• **Records to process**:
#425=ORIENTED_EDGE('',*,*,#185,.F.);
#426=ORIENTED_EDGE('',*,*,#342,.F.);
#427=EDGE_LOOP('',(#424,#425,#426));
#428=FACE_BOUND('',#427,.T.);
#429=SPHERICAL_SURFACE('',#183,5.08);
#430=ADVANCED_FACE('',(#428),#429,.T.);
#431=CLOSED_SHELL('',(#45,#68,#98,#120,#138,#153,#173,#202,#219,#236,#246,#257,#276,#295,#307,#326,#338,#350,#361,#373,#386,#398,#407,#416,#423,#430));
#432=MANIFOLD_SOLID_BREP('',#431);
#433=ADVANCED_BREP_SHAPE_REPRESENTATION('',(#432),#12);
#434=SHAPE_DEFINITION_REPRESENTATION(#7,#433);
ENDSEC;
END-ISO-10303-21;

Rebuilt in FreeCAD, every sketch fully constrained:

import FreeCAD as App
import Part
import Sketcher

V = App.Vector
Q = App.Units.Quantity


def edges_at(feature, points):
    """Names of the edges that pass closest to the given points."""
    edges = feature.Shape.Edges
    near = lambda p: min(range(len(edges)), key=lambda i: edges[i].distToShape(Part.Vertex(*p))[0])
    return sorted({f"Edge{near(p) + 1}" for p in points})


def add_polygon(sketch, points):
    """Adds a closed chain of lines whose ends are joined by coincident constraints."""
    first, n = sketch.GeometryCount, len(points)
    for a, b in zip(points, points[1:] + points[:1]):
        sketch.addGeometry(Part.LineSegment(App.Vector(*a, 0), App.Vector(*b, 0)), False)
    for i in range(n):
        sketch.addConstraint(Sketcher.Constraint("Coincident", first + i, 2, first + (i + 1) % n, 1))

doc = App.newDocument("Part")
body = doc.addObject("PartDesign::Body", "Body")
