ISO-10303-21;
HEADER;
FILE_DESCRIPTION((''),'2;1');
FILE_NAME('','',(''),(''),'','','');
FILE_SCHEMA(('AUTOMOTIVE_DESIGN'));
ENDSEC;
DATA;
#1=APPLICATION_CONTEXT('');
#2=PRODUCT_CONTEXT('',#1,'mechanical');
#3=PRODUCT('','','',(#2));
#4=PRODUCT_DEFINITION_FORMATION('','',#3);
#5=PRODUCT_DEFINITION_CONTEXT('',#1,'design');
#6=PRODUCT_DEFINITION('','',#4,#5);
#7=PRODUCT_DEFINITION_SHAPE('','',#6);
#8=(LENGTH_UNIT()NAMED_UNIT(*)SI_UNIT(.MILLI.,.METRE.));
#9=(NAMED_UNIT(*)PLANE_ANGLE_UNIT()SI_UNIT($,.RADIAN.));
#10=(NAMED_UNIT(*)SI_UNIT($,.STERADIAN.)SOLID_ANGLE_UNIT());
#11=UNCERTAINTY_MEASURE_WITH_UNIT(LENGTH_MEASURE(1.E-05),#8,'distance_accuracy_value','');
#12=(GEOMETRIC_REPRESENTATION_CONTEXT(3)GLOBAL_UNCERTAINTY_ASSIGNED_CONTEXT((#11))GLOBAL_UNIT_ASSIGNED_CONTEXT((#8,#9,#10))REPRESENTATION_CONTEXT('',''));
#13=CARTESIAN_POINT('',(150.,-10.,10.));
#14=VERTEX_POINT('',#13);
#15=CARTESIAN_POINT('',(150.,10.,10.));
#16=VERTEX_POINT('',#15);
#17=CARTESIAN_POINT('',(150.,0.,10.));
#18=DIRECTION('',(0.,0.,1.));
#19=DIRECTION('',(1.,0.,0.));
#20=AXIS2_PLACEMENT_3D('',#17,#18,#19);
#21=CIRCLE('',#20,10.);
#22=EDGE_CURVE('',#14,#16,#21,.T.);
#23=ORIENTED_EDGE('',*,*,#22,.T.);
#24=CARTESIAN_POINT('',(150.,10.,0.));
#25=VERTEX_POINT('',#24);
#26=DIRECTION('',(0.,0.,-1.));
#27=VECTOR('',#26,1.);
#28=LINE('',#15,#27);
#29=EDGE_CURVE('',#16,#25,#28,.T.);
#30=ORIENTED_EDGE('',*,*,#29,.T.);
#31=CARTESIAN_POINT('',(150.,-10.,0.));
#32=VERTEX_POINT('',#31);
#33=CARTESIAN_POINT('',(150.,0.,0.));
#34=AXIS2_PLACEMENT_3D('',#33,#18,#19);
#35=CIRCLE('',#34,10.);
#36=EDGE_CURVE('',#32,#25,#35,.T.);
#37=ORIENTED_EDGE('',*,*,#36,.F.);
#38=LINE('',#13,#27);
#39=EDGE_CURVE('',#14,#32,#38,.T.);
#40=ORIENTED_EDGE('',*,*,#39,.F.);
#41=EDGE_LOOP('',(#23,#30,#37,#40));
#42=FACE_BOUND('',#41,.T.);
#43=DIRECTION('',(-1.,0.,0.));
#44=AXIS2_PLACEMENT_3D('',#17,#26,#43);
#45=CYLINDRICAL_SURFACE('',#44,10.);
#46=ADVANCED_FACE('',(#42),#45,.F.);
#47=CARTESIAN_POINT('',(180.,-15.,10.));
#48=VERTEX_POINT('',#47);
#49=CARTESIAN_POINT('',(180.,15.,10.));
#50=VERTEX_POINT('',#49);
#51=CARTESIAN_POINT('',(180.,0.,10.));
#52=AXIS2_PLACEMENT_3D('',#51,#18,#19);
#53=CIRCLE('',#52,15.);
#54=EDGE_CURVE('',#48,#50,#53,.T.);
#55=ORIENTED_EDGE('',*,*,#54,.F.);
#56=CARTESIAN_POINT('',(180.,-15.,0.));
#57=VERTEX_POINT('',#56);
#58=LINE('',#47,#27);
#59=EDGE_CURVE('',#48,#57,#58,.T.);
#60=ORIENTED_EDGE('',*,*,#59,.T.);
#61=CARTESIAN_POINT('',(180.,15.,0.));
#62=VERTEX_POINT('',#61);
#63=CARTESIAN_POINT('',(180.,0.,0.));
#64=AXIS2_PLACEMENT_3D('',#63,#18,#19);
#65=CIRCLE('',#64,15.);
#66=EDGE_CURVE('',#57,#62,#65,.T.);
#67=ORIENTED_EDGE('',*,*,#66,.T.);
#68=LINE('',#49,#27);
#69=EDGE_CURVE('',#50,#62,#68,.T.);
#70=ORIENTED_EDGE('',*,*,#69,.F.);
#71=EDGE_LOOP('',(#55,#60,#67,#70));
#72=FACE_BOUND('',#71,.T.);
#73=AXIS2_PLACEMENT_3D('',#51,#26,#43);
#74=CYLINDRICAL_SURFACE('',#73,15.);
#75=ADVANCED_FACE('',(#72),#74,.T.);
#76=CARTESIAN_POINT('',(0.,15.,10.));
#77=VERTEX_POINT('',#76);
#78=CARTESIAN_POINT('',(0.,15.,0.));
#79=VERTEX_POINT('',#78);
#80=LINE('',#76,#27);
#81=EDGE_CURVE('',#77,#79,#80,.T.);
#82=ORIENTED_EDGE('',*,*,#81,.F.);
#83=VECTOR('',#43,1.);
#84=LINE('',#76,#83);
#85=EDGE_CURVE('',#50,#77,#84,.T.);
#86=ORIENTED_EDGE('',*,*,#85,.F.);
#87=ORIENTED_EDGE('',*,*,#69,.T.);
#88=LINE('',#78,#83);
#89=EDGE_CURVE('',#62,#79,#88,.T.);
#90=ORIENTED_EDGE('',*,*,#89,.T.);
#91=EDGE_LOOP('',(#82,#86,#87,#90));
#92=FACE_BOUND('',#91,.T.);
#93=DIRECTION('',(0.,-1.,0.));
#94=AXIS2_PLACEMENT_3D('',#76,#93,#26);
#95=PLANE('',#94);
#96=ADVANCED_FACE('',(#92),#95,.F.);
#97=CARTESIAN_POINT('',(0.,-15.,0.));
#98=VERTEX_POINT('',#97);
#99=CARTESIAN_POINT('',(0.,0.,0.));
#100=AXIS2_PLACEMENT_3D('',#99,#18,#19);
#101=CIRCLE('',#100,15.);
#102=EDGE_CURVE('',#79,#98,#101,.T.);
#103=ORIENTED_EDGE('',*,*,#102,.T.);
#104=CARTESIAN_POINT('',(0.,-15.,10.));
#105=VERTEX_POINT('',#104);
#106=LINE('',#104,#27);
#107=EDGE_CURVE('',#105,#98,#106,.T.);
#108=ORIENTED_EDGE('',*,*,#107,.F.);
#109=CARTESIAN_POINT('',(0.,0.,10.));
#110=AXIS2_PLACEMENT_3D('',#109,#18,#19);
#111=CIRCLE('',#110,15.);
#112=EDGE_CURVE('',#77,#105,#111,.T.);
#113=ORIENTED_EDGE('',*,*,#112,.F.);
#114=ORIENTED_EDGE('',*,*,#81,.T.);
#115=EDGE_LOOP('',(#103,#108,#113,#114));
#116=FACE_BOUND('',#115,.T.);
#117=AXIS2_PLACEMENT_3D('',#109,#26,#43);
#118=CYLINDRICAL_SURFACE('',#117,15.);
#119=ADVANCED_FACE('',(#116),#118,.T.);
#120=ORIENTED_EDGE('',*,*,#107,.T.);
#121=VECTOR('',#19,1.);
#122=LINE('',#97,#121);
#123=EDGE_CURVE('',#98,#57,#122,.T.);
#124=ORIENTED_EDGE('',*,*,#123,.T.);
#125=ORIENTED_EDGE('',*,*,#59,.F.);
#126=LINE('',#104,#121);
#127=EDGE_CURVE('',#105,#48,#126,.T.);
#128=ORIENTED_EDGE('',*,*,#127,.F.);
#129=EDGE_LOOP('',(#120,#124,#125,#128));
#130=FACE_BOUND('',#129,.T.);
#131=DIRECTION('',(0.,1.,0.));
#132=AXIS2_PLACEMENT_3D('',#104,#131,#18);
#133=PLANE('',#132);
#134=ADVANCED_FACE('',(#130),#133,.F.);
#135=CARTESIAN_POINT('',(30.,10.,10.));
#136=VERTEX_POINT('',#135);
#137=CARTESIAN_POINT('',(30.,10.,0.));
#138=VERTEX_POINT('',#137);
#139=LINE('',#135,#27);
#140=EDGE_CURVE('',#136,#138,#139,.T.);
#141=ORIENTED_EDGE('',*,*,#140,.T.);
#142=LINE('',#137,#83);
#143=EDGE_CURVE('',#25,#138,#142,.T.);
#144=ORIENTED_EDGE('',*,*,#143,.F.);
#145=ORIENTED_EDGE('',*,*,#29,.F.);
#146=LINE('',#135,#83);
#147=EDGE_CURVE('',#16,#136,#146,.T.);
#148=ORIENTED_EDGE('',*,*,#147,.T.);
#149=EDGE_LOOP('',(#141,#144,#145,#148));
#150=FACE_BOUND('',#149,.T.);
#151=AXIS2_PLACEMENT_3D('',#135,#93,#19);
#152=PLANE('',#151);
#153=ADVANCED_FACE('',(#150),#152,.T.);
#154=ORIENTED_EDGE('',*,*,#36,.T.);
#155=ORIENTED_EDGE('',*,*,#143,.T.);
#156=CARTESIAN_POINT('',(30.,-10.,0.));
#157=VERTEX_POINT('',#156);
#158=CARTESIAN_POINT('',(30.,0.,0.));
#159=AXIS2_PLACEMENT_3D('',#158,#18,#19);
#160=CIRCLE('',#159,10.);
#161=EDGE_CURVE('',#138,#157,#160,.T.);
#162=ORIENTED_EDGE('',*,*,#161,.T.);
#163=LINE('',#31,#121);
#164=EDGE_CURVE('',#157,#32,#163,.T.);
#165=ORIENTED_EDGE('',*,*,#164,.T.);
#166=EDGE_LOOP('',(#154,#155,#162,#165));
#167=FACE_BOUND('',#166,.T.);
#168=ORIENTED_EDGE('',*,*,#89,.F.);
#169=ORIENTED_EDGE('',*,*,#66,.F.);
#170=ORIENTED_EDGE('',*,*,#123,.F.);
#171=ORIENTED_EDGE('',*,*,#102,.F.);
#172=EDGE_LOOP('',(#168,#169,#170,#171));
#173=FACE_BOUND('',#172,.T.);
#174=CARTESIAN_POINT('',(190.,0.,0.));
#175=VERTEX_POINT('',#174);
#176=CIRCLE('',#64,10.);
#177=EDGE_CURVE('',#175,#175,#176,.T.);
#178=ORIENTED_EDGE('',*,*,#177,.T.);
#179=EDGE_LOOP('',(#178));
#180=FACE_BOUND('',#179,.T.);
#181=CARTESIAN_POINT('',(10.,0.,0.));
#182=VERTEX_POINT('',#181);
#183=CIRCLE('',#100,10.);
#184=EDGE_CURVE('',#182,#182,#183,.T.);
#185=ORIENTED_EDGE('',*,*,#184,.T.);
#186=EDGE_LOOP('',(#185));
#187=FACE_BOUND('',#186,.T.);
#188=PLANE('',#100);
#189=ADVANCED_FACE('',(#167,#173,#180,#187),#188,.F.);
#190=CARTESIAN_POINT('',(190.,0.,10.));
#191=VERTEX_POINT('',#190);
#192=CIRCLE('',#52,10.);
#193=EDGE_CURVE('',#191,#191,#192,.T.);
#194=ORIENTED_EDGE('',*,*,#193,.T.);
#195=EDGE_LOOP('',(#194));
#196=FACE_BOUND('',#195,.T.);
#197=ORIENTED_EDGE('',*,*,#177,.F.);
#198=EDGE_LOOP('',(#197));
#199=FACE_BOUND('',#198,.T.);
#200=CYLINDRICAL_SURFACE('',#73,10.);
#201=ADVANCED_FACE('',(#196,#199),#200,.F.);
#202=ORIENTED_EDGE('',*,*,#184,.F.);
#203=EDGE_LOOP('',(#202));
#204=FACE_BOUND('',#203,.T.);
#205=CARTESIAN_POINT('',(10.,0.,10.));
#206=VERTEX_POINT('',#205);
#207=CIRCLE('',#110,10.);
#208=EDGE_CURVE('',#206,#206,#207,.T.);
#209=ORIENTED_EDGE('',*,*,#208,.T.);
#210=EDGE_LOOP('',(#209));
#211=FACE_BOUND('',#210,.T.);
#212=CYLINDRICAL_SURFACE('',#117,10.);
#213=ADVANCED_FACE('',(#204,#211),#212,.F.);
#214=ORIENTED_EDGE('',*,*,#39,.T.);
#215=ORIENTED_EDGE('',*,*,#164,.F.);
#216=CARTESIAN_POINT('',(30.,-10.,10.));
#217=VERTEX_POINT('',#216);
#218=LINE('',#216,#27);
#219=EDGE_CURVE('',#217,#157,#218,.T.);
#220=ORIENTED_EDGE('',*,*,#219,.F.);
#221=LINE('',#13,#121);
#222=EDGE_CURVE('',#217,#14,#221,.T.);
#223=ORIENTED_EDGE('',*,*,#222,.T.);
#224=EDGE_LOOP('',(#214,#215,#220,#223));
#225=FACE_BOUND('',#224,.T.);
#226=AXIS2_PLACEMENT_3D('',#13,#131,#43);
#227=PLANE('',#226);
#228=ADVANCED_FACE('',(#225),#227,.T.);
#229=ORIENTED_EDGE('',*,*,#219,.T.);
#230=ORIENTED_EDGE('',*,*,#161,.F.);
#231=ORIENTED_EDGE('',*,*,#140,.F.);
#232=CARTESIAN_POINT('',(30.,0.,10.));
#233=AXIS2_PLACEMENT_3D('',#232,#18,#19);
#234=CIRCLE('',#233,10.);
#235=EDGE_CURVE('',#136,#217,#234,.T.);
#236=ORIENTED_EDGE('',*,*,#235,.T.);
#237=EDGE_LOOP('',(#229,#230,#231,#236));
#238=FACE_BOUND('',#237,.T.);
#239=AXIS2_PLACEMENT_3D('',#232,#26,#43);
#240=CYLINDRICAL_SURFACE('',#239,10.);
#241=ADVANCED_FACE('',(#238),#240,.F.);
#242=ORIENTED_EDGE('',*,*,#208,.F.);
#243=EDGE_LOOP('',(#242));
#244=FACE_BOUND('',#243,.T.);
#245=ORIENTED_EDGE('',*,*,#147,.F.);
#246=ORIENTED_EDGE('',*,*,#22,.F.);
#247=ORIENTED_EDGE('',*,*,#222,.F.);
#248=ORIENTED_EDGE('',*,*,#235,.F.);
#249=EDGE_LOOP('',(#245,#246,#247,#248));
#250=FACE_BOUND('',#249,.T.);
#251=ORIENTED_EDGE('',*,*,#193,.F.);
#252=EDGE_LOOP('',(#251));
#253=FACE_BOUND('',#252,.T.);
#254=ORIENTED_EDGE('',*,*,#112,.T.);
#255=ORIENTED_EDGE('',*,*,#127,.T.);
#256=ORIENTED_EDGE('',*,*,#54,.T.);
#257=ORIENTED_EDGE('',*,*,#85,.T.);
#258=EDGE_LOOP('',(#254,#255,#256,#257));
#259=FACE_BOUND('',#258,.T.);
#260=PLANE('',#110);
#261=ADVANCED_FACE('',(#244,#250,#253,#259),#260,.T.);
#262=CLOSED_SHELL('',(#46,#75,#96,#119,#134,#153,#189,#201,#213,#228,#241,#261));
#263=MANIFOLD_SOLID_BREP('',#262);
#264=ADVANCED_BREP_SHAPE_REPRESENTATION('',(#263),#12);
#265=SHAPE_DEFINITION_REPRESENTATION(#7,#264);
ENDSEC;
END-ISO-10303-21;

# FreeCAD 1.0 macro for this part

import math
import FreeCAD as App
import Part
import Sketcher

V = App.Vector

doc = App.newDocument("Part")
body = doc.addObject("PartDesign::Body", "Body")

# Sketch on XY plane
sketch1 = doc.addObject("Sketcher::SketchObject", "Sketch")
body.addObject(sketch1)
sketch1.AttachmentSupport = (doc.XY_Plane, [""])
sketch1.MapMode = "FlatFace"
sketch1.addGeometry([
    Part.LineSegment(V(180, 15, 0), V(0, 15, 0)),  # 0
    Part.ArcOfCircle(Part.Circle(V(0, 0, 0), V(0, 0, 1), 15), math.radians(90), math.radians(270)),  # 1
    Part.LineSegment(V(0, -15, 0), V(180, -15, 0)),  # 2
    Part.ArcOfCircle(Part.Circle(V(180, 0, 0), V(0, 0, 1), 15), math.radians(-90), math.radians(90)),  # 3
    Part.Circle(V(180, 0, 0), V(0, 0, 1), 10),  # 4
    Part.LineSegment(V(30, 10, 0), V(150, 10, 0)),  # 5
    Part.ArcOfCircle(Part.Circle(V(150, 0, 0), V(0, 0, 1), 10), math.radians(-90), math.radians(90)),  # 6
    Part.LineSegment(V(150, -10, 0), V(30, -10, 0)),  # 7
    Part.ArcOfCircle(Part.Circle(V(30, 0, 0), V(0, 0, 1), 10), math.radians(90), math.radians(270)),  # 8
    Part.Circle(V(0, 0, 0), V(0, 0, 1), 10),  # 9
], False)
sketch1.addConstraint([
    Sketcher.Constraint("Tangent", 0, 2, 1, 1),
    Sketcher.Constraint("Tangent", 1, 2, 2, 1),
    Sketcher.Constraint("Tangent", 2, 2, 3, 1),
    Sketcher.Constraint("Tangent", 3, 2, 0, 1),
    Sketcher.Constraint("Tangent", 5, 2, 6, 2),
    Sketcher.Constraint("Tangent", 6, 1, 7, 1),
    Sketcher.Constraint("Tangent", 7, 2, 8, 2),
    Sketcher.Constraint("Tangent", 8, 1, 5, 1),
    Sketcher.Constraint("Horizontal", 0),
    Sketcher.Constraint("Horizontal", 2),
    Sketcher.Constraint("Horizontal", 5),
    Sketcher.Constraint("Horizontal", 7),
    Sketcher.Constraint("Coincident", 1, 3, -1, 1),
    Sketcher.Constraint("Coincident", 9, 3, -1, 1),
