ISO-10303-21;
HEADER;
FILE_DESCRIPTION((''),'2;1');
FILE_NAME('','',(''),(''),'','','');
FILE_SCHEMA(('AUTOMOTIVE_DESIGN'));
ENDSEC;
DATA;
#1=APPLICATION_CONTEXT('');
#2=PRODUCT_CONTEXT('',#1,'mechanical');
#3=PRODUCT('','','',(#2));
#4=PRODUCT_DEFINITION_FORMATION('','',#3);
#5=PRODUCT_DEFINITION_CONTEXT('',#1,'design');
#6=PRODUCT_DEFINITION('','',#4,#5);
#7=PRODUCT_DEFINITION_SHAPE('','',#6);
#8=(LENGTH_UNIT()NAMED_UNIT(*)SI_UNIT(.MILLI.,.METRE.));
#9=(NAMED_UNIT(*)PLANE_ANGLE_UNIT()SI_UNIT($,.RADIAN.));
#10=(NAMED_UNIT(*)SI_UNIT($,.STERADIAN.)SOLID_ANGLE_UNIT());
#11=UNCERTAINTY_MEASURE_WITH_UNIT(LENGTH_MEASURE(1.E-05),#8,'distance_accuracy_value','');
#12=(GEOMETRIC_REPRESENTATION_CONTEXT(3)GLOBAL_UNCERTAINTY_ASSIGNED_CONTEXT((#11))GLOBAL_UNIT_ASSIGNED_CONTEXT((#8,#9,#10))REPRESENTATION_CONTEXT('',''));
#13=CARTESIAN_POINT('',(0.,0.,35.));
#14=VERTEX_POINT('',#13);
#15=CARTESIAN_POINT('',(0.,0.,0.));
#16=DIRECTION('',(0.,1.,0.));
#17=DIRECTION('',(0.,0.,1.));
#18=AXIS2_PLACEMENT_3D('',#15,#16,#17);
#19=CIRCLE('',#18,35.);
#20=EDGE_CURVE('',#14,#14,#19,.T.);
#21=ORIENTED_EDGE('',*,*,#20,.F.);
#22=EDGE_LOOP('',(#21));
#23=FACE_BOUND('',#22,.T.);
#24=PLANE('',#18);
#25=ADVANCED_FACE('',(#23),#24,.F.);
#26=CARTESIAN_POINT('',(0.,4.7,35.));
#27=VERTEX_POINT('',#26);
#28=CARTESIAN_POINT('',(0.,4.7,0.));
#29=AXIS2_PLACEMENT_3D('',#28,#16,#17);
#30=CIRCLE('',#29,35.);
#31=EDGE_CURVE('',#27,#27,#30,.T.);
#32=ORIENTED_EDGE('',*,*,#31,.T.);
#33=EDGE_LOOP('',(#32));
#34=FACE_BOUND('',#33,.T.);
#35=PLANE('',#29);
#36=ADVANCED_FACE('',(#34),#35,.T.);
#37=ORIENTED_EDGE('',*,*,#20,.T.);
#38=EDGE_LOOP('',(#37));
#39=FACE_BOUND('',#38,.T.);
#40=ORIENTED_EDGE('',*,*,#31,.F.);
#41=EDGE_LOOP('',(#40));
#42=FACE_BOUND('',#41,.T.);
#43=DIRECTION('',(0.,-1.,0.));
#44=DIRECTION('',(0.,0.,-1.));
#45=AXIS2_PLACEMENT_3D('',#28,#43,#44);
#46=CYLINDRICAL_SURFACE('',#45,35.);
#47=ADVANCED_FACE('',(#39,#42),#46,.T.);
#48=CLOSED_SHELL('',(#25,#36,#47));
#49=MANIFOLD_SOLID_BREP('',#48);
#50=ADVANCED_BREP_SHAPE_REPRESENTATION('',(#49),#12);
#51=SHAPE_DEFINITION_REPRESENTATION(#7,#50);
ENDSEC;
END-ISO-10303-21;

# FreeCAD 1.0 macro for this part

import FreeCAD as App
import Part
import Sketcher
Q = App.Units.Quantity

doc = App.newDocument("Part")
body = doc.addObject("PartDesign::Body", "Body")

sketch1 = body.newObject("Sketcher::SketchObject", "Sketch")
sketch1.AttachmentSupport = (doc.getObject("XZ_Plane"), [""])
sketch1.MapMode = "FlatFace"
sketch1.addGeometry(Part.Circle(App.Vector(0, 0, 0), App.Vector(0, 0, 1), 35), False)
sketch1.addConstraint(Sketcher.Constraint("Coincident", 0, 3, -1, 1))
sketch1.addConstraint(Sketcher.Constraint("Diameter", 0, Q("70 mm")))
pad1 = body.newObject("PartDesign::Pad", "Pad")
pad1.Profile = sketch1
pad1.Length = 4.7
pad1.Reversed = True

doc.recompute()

• **Problem**: Look through the data above and return exactly the lines from the one that contains "#203=EDGE_LOOP('',(#202));" to the one that contains "#211=FACE_BOUND('',#210,.T.);", inclusive, with nothing else.

• **Completed exercise**:
#203=EDGE_LOOP('',(#202));
#204=FACE_BOUND('',#203,.T.);
#205=CARTESIAN_POINT('',(10.,0.,10.));
#206=VERTEX_POINT('',#205);
#207=CIRCLE('',#110,10.);
#208=EDGE_CURVE('',#206,#206,#207,.T.);
#209=ORIENTED_EDGE('',*,*,#208,.T.);
#210=EDGE_LOOP('',(#209));
#211=FACE_BOUND('',#210,.T.);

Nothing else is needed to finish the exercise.